Figure 7.1: Two-level data structure with measurements in different students within each school (left) and Two-level data structure with repeated assessments within individuals over time (right)
For the analysis of Multilevel data, multilevel regression models have to be used. Consequently, if multilevel data contain missing values, multilevel models have to be implemented during the multiple imputation process.
7.3 Multilevel data - Example datasets
In this Chapter we will use two example datasets to show multilevel imputation.

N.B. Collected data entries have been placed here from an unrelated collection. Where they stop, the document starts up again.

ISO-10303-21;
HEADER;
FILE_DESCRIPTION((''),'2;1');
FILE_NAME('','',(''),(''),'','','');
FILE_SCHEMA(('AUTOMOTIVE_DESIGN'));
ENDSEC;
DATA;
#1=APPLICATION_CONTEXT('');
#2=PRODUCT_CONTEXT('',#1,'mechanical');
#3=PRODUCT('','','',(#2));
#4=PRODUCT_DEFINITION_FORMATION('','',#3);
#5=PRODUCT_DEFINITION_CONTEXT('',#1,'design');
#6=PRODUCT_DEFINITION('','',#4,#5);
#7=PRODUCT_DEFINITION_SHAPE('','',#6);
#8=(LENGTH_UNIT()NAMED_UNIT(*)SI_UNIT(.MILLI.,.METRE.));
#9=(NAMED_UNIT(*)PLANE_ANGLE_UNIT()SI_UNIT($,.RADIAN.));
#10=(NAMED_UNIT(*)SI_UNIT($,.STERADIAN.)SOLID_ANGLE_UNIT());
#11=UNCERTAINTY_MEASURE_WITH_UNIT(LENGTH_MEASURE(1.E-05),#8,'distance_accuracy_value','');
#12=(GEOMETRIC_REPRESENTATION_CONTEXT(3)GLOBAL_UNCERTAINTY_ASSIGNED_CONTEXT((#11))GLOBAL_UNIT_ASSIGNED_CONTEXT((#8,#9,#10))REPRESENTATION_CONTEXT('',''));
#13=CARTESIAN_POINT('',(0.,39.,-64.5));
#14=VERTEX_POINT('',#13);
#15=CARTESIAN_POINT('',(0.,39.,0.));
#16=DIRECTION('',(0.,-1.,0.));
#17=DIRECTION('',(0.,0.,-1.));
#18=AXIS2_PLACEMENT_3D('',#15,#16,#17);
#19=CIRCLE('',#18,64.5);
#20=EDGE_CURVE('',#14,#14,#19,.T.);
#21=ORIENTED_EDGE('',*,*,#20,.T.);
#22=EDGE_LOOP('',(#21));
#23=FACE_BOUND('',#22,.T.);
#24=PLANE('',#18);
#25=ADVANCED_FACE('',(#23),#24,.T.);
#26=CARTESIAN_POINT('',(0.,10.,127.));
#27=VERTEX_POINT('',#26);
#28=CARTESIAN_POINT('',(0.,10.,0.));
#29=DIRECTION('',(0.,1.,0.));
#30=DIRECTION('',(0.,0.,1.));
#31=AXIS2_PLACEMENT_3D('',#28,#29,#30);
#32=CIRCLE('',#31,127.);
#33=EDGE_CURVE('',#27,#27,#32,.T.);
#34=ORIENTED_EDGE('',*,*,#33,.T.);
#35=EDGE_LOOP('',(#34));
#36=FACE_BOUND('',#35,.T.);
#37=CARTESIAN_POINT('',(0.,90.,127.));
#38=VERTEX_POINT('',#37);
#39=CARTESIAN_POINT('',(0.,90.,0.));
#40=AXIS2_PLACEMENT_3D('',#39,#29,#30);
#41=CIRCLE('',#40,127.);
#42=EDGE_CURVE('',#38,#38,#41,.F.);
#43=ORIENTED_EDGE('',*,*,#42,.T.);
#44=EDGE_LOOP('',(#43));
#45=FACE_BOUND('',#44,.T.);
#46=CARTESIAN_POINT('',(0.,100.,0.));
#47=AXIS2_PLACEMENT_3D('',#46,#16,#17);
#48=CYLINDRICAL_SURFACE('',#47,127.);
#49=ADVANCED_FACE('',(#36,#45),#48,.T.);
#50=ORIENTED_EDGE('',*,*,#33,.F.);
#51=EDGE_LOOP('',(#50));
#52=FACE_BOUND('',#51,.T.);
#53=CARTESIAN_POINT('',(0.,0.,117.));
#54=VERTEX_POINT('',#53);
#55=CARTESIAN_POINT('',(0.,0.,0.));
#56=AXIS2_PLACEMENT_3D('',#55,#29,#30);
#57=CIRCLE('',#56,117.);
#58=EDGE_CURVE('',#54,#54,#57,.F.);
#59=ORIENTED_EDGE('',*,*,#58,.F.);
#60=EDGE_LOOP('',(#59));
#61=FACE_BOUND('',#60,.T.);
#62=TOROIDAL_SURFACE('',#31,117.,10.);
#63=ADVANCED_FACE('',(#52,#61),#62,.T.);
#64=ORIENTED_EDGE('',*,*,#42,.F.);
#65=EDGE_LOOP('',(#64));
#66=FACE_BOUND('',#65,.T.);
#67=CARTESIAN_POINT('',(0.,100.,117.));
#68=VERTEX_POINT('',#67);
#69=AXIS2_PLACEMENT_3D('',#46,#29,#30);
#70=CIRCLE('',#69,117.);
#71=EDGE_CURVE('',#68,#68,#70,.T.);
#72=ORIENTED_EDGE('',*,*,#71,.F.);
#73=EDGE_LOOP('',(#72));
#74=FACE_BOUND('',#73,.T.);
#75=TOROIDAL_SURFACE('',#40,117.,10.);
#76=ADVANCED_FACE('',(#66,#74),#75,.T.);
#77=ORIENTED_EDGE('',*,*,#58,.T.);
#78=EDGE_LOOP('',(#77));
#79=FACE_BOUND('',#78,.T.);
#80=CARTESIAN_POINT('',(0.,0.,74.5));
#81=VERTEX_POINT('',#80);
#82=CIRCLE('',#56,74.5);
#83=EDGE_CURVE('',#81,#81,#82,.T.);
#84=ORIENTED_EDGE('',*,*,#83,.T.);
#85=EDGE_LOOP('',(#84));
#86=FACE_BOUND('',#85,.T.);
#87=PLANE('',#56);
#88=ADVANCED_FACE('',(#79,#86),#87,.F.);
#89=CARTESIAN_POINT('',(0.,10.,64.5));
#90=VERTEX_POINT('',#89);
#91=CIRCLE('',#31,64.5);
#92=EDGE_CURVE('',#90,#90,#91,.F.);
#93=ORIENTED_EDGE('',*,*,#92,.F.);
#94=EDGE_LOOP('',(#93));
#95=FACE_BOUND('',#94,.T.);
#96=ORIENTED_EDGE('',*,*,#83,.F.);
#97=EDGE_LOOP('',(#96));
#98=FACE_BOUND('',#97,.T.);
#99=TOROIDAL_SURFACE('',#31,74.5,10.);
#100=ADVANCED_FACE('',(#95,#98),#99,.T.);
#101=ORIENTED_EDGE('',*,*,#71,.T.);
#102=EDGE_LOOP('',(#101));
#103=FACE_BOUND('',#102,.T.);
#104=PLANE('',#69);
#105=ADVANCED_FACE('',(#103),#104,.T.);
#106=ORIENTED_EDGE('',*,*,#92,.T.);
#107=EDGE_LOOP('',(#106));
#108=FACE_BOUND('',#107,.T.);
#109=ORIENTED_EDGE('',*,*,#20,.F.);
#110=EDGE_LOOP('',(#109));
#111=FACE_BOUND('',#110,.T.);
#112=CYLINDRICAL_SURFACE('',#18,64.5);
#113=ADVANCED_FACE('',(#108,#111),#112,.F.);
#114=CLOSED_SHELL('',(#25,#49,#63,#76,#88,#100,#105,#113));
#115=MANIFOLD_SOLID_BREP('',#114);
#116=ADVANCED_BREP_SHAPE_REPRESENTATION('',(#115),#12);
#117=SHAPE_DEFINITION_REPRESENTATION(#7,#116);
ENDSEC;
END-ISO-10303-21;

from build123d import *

# Parameters (mm, degrees)
SKETCH_1_R          = 127
EXTRUDE_1_DEPTH     = 100
FILLET_1_R          = 10
SKETCH_2_R          = 64.5
CUT_EXTRUDE_1_DEPTH = 39
FILLET_2_R          = 10


with BuildPart() as part:
    # 草图1 → 凸台-拉伸1 (new body)
    with BuildSketch(Plane(origin=(0, 0, 0), x_dir=(1, 0, 0), z_dir=(0, 1, 0))):
        with Locations(Location((0, 0, 0), (0, 0, 270))):
            Circle(SKETCH_1_R)
    extrude(amount=EXTRUDE_1_DEPTH)

    # 圆角1
    fillet_1_edges = [part.edges().sort_by_distance(p)[0] for p in [
        (0, 0, -127),
        (0, 100, -127),
    ]]
    fillet(fillet_1_edges, radius=FILLET_1_R)

    # 草图2 → 切除-拉伸1 (cut)
    with BuildSketch(Plane.XZ):
        with Locations(Location((0, 0, 0), (0, 0, 270))):
            Circle(SKETCH_2_R)
    extrude(amount=-CUT_EXTRUDE_1_DEPTH, mode=Mode.SUBTRACT)

    # 圆角2
    fillet_2_edges = [part.edges().sort_by_distance(p)[0] for p in [
        (0, 0, 64.5),
    ]]
    fillet(fillet_2_edges, radius=FILLET_2_R)


solid = part.part
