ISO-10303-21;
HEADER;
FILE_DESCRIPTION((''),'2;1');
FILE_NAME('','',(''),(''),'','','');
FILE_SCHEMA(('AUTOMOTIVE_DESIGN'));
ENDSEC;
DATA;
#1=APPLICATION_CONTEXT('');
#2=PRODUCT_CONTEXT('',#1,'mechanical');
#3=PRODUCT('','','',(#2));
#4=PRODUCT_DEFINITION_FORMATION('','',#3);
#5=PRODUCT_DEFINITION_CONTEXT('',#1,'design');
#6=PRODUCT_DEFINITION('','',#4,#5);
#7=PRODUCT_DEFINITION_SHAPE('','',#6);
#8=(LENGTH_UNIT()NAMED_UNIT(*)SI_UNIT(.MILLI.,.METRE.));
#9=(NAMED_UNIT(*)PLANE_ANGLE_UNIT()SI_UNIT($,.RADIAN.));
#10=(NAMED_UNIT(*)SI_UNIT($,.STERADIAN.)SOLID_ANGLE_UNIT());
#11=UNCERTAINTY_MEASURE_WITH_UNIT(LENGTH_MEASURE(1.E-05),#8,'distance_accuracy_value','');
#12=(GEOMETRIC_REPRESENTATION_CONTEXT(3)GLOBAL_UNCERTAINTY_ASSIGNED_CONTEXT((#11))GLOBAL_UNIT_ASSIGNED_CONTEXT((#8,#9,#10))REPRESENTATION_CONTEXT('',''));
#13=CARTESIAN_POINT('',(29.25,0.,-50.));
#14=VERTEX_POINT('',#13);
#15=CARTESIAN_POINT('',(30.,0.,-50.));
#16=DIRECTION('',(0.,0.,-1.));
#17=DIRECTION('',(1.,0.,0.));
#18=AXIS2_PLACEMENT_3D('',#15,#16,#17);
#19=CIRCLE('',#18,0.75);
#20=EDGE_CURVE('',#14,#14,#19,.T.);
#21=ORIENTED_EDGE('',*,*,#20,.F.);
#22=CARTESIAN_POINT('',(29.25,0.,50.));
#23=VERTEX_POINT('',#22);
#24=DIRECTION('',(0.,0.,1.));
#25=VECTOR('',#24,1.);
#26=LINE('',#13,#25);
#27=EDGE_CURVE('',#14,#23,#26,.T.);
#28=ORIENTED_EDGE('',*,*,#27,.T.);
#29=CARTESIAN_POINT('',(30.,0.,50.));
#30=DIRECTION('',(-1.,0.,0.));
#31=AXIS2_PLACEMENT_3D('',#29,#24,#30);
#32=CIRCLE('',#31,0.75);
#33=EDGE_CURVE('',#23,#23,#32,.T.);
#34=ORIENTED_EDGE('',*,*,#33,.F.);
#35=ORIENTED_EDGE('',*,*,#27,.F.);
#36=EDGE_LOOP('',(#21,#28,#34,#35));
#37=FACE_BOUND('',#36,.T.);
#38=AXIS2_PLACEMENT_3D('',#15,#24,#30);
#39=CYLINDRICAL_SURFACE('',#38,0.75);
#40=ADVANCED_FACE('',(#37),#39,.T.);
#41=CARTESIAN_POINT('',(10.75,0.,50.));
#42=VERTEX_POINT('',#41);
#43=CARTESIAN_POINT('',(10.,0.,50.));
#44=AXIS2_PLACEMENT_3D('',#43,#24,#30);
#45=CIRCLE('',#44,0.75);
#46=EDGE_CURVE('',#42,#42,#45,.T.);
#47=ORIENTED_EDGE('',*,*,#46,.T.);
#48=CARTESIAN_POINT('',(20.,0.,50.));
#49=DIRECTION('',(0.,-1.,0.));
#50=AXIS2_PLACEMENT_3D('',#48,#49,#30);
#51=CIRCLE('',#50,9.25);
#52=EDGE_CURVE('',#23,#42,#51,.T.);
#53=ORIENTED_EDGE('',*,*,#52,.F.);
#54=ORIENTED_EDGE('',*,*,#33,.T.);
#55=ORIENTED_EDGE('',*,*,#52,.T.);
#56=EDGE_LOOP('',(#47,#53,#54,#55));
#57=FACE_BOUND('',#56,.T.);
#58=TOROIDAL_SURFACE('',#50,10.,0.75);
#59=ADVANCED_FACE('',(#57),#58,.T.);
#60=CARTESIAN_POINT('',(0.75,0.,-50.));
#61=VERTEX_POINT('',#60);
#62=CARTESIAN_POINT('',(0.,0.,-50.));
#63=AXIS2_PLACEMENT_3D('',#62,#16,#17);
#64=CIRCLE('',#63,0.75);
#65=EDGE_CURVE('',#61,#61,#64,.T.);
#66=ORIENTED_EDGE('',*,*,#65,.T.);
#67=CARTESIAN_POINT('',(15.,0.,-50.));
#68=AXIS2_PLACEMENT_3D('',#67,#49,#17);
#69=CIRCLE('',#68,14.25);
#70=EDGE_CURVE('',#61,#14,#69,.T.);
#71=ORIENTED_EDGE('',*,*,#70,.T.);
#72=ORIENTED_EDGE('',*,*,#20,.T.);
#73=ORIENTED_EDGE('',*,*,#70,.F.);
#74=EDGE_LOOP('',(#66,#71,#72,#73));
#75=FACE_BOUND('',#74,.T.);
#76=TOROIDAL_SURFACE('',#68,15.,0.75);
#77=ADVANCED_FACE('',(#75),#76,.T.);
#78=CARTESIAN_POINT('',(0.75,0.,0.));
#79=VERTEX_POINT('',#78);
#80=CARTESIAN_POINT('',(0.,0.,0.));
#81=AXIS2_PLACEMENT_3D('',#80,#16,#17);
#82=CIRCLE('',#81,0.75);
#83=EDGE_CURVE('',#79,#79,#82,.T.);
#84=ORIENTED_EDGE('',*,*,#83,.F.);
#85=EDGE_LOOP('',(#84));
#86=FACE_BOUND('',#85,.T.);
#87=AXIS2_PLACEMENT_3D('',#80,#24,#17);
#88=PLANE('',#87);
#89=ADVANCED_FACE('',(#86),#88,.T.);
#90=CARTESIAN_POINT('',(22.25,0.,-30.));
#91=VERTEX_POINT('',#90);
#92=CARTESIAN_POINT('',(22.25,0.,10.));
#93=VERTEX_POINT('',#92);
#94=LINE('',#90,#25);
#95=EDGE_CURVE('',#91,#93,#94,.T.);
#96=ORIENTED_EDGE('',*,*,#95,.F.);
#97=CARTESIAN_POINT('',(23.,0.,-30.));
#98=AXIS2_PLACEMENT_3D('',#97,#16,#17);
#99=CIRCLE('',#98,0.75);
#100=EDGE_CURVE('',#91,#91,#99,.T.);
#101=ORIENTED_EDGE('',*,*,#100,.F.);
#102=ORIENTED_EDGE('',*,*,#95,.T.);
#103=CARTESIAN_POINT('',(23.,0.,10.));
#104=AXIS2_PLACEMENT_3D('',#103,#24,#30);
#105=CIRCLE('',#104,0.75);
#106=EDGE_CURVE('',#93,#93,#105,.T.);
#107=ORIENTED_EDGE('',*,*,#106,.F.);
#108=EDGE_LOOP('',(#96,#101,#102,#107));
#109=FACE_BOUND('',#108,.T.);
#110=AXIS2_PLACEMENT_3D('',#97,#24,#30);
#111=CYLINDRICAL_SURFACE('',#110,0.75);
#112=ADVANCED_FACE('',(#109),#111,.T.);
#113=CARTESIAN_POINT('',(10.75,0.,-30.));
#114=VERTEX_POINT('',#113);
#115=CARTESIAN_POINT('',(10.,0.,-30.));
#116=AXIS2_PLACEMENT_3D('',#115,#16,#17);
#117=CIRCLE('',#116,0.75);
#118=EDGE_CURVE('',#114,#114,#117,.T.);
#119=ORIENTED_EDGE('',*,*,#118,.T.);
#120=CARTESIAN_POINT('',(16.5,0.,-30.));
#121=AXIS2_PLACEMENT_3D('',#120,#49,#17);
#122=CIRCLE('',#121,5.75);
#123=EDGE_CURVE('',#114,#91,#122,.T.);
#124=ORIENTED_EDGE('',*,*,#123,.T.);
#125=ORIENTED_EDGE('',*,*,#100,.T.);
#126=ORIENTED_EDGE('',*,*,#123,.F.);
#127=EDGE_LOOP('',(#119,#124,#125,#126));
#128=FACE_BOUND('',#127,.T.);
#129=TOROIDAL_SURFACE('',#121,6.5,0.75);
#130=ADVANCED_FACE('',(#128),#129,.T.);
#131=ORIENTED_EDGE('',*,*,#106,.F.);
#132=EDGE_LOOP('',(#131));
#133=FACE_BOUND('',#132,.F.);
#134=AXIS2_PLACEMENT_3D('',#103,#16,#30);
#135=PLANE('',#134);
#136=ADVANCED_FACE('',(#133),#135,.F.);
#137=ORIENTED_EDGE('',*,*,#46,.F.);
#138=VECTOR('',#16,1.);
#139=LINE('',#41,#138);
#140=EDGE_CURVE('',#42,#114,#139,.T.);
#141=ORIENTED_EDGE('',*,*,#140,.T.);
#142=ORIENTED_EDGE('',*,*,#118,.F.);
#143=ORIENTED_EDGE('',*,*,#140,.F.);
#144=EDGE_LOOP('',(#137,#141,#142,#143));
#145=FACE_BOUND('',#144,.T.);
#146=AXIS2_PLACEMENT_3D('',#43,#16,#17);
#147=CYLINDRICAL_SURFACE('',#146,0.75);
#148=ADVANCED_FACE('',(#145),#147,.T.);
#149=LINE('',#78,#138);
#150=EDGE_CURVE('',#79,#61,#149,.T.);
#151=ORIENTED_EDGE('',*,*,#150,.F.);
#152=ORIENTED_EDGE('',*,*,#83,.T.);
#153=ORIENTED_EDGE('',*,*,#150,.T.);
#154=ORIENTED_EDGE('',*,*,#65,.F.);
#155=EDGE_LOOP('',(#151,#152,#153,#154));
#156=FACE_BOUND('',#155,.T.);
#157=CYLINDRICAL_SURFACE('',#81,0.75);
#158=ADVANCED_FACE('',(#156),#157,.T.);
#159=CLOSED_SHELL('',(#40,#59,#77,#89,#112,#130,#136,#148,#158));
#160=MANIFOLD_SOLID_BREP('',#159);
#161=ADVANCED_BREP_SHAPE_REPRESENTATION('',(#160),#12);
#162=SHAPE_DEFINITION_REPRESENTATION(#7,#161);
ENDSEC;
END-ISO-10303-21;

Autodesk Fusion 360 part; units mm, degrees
sketch "Sketch1" plane through (0, 0, 0) normal (0, 1, 0) x (1, 0, 0)
  line L0 (0, 0) -> (0, 50)
  line L1 (0, 50) -> (30, 50) construction
  line L2 (30, 50) -> (30, -50)
  line L3 (30, -50) -> (10, -50) construction
  line L4 (10, -50) -> (10, 30)
  line L5 (10, 30) -> (23, 30) construction
  line L6 (23, 30) -> (23, -10)
  line L7 (23, -10) -> (17, -10) construction
  arc A0 (30, 50) -> (0, 50) centre (15, 50) ccw
  arc A1 (23, 30) -> (10, 30) centre (16.5, 30) ccw
  arc A2 (10, -50) -> (30, -50) centre (20, -50) ccw
  dimension "d1" = 50
  dimension "d2" = 30
  dimension "d3" = 100
  dimension "d4" = 20
  dimension "d5" = 80
  dimension "d6" = 13
  dimension "d7" = 6
  dimension "d8" = 40
  dimension "d9" = 7
  dimension "d10" = 15
sketch "Sketch2" plane through (0, 0, 0) normal (0, 0, 1) x (1, 0, 0)
  circle A0 centre (0, 0) radius 0.75
  dimension "d11" = 1.5
sweep "Sweep1" add profiles "Sketch2" path "Sketch1" along L0 A0 L2 A2 L4 A1 L6 section 1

The first dataset is a classic multilevel dataset from the book of Hox et al (Hox (2018)) and is called the popular dataset. In this dataset the following information is available from 100 school classes: class (Class number), pupil (Pupil identity number within classes), extrav (Pupil extraversion), sex (Pupil gender), texp (Teacher experience (years)), popular (Pupil popularity), popteach (Teacher popularity).
The other example dataset is from The Amsterdam Growth and Health Longitudinal Study (AGGO). In this study persons were repeatedly assessed over time and growth, health and life-style factors were measured. Assessments are available of Gender, Fitness, Smoking, Hypercholestrolemia, Cholesterol level and Sum of Skinfolds. The dataset contains information of 147 patients which are assessed six times, once at baseline and at 5 repeated measurement occasions. This is an example of a longitudinal multilevel dataset. Usually, a dataset contains one row per subject and the separate variables are placed in the columns. When subjects are repeatedly assessed, additional variables are added for new assessments. This is also called a wide data format .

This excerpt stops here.